In this project I worked with data from Citi Bikes NYC and weather data from Open-Meteo. My goal is to predict the number of hourly rentals at 30 stations in Lower Manhattan. Hourly weather data (temperature, precipitation, wind speed) were added to the trip information. Using the trip start time, the week number, month, weekday, and hour were extracted. The total number of rides were aggregated by the station and hour. To predict the number of rides, three models were tried out: KNN Regression, Random Forest Regression, and Gradient Boosting Regression. Several different representations of the station ids and time features were experiemented with. The best results yieled from casting the station ids as floats (and not grouped into regional categories and OneHotEncoded) and representing the time features cyclically (sine and cosine component for each). The best model was the Random Forest model, with an R2 of 0.88 for the train set and 0.79 for the test set.
- To run the notebooks jupyter lab or jupyter notebook should be installed
- Create and activate an environment.
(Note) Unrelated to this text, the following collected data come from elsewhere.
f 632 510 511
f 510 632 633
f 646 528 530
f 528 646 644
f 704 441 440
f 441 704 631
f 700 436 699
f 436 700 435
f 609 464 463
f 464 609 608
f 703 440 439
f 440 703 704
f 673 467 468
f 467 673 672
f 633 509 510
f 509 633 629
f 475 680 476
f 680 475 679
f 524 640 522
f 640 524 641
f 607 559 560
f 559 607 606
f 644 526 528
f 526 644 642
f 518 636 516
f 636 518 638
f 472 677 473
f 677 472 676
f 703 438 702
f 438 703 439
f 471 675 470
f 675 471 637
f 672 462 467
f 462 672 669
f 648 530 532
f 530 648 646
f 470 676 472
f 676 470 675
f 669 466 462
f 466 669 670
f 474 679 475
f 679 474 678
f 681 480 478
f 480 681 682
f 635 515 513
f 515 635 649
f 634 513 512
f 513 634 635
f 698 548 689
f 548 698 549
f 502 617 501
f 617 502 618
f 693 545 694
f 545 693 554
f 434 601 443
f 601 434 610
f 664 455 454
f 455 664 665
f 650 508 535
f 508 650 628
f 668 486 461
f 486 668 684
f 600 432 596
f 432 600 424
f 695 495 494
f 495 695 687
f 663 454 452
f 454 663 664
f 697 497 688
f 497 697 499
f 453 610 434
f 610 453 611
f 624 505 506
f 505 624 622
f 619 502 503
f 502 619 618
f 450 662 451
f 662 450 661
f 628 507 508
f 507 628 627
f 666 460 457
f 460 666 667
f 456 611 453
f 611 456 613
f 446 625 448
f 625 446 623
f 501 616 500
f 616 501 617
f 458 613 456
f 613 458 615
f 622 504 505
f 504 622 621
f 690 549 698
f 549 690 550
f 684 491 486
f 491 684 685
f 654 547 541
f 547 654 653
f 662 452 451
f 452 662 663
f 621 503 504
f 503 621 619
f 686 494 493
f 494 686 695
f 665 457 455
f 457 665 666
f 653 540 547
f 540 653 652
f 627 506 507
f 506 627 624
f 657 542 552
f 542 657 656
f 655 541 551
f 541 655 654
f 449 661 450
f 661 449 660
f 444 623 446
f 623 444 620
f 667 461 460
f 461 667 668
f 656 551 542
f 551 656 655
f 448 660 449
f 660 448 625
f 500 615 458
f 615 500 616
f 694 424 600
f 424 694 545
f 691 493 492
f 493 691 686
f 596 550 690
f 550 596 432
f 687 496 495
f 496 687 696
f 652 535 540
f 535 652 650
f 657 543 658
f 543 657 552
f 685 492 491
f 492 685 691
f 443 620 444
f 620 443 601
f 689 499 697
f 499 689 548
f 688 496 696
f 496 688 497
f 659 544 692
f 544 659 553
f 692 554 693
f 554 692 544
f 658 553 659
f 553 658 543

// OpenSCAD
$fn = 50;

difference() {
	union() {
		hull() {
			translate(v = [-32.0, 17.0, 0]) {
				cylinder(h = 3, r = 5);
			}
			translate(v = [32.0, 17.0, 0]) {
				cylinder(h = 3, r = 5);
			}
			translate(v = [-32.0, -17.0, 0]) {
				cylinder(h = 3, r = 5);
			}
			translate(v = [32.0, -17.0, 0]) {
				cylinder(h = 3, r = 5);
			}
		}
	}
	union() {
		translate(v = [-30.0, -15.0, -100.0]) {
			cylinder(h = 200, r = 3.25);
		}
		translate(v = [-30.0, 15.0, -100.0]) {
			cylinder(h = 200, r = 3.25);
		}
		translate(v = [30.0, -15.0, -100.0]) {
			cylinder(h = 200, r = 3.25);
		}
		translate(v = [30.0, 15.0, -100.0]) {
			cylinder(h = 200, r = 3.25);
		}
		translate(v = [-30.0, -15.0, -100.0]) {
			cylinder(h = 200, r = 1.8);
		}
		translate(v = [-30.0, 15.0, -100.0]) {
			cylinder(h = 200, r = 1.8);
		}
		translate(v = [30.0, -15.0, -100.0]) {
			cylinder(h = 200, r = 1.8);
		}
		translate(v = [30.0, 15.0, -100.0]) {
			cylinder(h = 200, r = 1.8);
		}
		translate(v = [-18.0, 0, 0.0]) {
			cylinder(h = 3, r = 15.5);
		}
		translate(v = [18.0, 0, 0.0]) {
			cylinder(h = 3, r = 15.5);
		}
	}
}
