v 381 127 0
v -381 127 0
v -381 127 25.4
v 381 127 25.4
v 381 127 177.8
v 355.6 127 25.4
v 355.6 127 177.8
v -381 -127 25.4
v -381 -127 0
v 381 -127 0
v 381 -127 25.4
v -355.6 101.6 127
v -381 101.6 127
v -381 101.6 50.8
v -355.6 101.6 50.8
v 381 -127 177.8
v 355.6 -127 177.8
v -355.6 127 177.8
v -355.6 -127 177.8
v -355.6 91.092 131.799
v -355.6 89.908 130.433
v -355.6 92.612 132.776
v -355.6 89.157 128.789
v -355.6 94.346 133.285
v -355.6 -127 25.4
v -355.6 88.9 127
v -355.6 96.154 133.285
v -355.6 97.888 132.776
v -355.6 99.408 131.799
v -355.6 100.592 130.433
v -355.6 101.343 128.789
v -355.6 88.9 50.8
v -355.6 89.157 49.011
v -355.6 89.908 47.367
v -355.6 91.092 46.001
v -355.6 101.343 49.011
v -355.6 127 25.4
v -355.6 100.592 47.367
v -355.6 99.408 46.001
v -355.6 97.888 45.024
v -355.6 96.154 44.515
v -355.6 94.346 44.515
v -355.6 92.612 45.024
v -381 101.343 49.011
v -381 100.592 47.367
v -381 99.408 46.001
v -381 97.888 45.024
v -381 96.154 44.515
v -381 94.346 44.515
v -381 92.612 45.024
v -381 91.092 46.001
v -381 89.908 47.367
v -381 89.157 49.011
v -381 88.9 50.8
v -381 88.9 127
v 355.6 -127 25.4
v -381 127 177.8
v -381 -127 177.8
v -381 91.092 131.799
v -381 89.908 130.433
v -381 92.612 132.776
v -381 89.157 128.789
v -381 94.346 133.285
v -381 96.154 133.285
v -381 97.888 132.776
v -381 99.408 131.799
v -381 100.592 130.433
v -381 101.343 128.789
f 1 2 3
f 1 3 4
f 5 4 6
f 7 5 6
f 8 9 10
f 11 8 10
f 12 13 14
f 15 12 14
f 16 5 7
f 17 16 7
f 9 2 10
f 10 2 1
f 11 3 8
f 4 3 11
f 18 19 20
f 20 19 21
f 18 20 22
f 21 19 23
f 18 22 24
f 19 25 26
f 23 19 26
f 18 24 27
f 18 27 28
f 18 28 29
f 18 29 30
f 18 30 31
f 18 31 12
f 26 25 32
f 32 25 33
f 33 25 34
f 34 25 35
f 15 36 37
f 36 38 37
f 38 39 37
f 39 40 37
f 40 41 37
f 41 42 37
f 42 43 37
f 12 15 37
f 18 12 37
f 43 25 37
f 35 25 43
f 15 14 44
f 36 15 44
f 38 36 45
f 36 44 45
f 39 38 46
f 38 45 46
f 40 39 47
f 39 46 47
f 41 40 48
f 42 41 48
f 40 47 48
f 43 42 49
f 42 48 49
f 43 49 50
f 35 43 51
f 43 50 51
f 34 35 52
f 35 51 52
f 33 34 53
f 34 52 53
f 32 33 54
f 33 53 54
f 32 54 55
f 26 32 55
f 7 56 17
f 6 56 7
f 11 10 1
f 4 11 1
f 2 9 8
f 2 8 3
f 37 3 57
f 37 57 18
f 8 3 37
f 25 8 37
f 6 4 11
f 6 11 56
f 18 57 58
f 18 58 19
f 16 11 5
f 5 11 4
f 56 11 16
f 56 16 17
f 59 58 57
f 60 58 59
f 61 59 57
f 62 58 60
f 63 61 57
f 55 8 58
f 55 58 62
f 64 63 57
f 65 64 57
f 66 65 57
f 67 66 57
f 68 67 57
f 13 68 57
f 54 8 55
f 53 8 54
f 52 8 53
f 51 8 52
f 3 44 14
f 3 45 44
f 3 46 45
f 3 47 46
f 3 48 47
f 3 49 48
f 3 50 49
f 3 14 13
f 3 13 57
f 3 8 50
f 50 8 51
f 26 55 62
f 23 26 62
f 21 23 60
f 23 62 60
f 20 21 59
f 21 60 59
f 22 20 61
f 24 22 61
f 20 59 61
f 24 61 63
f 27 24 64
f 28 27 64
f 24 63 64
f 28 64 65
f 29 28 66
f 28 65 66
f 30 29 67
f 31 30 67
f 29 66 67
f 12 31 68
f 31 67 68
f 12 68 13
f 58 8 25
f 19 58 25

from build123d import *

# Parameters (mm, degrees)
F0_W     = 762
F0_H     = 254
F1_DEPTH = 25.4
F2_W     = 25.4
F2_H     = 254
F3_DEPTH = 152.4
F7_DEPTH = 25.4


with BuildPart() as f1:
    # F0 (on Top) → F1 (new body)
    with BuildSketch(Plane.XY):
        Rectangle(F0_W, F0_H)
    extrude(amount=F1_DEPTH)


with BuildPart() as f3:
    # F2 (on face) → F3 (new body)
    with BuildSketch(Plane.XY.offset(25.4)):
        with Locations((-368.3, 0)):
            Rectangle(F2_W, F2_H)
    extrude(amount=F3_DEPTH)


with BuildPart() as f4_1:
    # F4: instance of F3
    add(f3.part.mirror(Plane.YZ))


with BuildPart() as f3_1:
    add(f3.part)

    # F6 (on face) → F7 (cut)
    with BuildSketch(Plane(origin=(-381, 0, 0), x_dir=(0, -1, 0), z_dir=(-1, 0, 0))):
        with BuildLine():
            ThreePointArc((-88.9, 127), (-95.25, 133.35), (-101.6, 127))
            Line((-101.6, 127), (-101.6, 50.8))
            ThreePointArc((-101.6, 50.8), (-95.25, 44.45), (-88.9, 50.8))
            Line((-88.9, 50.8), (-88.9, 127))
        make_face()
    extrude(amount=-F7_DEPTH, mode=Mode.SUBTRACT)


solid = Compound([f1.part, f4_1.part, f3_1.part])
Run
pip install -r requirements.txt
- Get bike and weather data (see below)
The data used in this project is from Citi Bike NYC. The data spans from July 2021 to June 2023.
Weather data was obtained from Open-Meteo with the following settings:
- Location coordinates for NYC (40.7143, -74.006)
- Dates: July 1, 2021 and June 30, 2023
- Hourly weather variables: Temperature, Precipitation, Windspeed(10m)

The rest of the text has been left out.